Work required: From the entries below, transcribe exactly the lines between the line holding "Rectangle(SKETCH_1_W, SKETCH_1_H)" and the line holding "(-13, 5), align=None, mode=Mode.SUBTRACT)", inclusive; skip all other lines.

________________________

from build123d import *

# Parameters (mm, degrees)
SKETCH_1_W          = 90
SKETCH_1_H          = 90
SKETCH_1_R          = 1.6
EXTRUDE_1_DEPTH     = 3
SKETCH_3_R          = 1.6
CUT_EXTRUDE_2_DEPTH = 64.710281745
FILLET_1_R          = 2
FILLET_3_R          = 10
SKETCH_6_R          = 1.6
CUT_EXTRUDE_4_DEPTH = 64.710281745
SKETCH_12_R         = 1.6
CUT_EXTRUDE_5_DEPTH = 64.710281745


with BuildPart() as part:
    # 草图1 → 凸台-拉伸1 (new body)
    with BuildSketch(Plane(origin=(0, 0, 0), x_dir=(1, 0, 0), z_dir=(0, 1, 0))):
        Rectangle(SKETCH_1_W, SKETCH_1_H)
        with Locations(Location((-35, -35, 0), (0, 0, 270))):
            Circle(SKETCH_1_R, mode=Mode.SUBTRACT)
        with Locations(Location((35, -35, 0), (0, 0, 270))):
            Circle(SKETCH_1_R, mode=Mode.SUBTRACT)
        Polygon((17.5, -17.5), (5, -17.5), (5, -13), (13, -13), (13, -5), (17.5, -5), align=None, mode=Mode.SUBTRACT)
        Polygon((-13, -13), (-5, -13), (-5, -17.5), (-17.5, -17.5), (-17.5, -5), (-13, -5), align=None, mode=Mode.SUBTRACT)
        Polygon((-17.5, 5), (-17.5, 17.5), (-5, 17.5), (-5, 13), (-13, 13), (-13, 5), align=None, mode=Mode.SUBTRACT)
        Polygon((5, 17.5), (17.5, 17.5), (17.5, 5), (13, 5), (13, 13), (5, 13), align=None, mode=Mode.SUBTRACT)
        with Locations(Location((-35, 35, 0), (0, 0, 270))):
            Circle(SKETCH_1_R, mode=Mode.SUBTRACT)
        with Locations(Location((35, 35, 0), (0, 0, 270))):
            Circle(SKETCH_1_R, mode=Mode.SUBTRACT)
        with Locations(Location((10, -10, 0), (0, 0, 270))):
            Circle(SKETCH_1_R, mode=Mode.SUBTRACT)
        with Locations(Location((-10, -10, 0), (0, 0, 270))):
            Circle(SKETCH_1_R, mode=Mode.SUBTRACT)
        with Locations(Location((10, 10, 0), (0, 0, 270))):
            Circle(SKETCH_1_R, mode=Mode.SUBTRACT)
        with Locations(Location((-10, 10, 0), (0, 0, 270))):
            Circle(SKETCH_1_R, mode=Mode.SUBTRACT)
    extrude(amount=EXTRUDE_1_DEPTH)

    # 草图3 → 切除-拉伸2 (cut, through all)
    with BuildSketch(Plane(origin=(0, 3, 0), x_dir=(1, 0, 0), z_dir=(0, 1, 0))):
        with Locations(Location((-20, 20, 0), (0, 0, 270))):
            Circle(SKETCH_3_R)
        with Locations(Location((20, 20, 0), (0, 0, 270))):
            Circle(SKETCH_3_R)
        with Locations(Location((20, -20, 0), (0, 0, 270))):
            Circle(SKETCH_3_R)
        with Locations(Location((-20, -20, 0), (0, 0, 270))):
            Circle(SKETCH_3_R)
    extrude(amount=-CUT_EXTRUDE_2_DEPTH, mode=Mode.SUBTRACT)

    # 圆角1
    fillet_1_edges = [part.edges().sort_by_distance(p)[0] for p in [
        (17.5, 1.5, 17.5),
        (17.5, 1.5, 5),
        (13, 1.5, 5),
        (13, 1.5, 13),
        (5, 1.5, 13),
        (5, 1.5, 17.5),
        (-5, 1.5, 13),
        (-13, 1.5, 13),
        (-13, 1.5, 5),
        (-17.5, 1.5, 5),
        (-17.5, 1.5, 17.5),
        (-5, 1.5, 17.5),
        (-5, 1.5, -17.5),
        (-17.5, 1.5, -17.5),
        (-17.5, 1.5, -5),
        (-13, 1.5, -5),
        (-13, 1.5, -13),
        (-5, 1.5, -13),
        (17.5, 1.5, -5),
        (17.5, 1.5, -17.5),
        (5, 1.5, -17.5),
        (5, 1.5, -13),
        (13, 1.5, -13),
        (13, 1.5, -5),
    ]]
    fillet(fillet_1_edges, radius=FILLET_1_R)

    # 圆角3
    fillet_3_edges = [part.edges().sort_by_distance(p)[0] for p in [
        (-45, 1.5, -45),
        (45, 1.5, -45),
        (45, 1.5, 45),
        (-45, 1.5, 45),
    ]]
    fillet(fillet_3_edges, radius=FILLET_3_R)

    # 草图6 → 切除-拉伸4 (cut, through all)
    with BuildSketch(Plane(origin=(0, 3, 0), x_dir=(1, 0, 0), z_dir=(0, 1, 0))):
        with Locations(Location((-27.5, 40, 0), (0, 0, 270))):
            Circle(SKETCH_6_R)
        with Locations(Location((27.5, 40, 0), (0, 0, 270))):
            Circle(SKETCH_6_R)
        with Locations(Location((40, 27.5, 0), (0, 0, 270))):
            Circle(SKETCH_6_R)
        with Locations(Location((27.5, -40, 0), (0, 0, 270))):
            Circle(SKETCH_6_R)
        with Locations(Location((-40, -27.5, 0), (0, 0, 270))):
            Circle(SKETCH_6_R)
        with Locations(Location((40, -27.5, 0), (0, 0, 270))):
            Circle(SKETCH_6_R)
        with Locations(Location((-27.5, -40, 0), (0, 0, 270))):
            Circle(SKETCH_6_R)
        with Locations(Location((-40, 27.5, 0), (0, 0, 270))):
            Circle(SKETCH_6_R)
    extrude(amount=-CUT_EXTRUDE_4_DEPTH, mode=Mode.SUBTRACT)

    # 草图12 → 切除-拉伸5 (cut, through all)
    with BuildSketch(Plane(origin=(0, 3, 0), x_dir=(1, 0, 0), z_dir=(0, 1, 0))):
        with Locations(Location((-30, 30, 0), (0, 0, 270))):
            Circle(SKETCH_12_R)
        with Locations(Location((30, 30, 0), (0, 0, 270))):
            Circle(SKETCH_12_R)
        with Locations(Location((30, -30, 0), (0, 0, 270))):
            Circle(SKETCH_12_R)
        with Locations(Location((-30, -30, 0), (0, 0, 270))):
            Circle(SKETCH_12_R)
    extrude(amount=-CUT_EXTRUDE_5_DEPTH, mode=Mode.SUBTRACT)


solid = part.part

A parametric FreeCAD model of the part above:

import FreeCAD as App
import Part
import Sketcher

V = App.Vector
Q = App.Units.Quantity


def edges_at(feature, points):
    """Names of the edges that pass closest to the given points."""
    edges = feature.Shape.Edges
    near = lambda p: min(range(len(edges)), key=lambda i: edges[i].distToShape(Part.Vertex(*p))[0])
    return sorted({f"Edge{near(p) + 1}" for p in points})

doc = App.newDocument("Part")
body = doc.addObject("PartDesign::Body", "Body")

sketch1 = body.newObject("Sketcher::SketchObject", "Sketch")
sketch1.AttachmentSupport = (doc.getObject("XZ_Plane"), [""])
sketch1.MapMode = "FlatFace"
sketch1.addGeometry(Part.LineSegment(V(-45, -45, 0), V(-45, 45, 0)), False)
sketch1.addGeometry(Part.LineSegment(V(-45, 45, 0), V(45, 45, 0)), False)
sketch1.addGeometry(Part.LineSegment(V(45, 45, 0), V(45, -45, 0)), False)
sketch1.addGeometry(Part.LineSegment(V(45, -45, 0), V(-45, -45, 0)), False)
sketch1.addGeometry(Part.Circle(V(-35, 35, 0), V(0, 0, 1), 1.6), False)
sketch1.addGeometry(Part.LineSegment(V(-13, 5, 0), V(-13, 13, 0)), False)
sketch1.addGeometry(Part.LineSegment(V(-13, 13, 0), V(-5, 13, 0)), False)
sketch1.addGeometry(Part.LineSegment(V(-5, 13, 0), V(-5, 17.5, 0)), False)
sketch1.addGeometry(Part.LineSegment(V(-5, 17.5, 0), V(-17.5, 17.5, 0)), False)
sketch1.addGeometry(Part.LineSegment(V(-17.5, 17.5, 0), V(-17.5, 5, 0)), False)
sketch1.addGeometry(Part.LineSegment(V(-17.5, 5, 0), V(-13, 5, 0)), False)
sketch1.addGeometry(Part.Circle(V(-10, 10, 0), V(0, 0, 1), 1.6), False)
sketch1.addGeometry(Part.Circle(V(35, 35, 0), V(0, 0, 1), 1.6), False)
sketch1.addGeometry(Part.LineSegment(V(17.5, 5, 0), V(17.5, 17.5, 0)), False)
sketch1.addGeometry(Part.LineSegment(V(17.5, 17.5, 0), V(5, 17.5, 0)), False)
sketch1.addGeometry(Part.LineSegment(V(5, 17.5, 0), V(5, 13, 0)), False)
sketch1.addGeometry(Part.LineSegment(V(5, 13, 0), V(13, 13, 0)), False)
sketch1.addGeometry(Part.LineSegment(V(13, 13, 0), V(13, 5, 0)), False)
sketch1.addGeometry(Part.LineSegment(V(13, 5, 0), V(17.5, 5, 0)), False)
sketch1.addGeometry(Part.Circle(V(10, 10, 0), V(0, 0, 1), 1.6), False)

________________________

Finished exercise:
        Rectangle(SKETCH_1_W, SKETCH_1_H)
        with Locations(Location((-35, -35, 0), (0, 0, 270))):
            Circle(SKETCH_1_R, mode=Mode.SUBTRACT)
        with Locations(Location((35, -35, 0), (0, 0, 270))):
            Circle(SKETCH_1_R, mode=Mode.SUBTRACT)
        Polygon((17.5, -17.5), (5, -17.5), (5, -13), (13, -13), (13, -5), (17.5, -5), align=None, mode=Mode.SUBTRACT)
        Polygon((-13, -13), (-5, -13), (-5, -17.5), (-17.5, -17.5), (-17.5, -5), (-13, -5), align=None, mode=Mode.SUBTRACT)
        Polygon((-17.5, 5), (-17.5, 17.5), (-5, 17.5), (-5, 13), (-13, 13), (-13, 5), align=None, mode=Mode.SUBTRACT)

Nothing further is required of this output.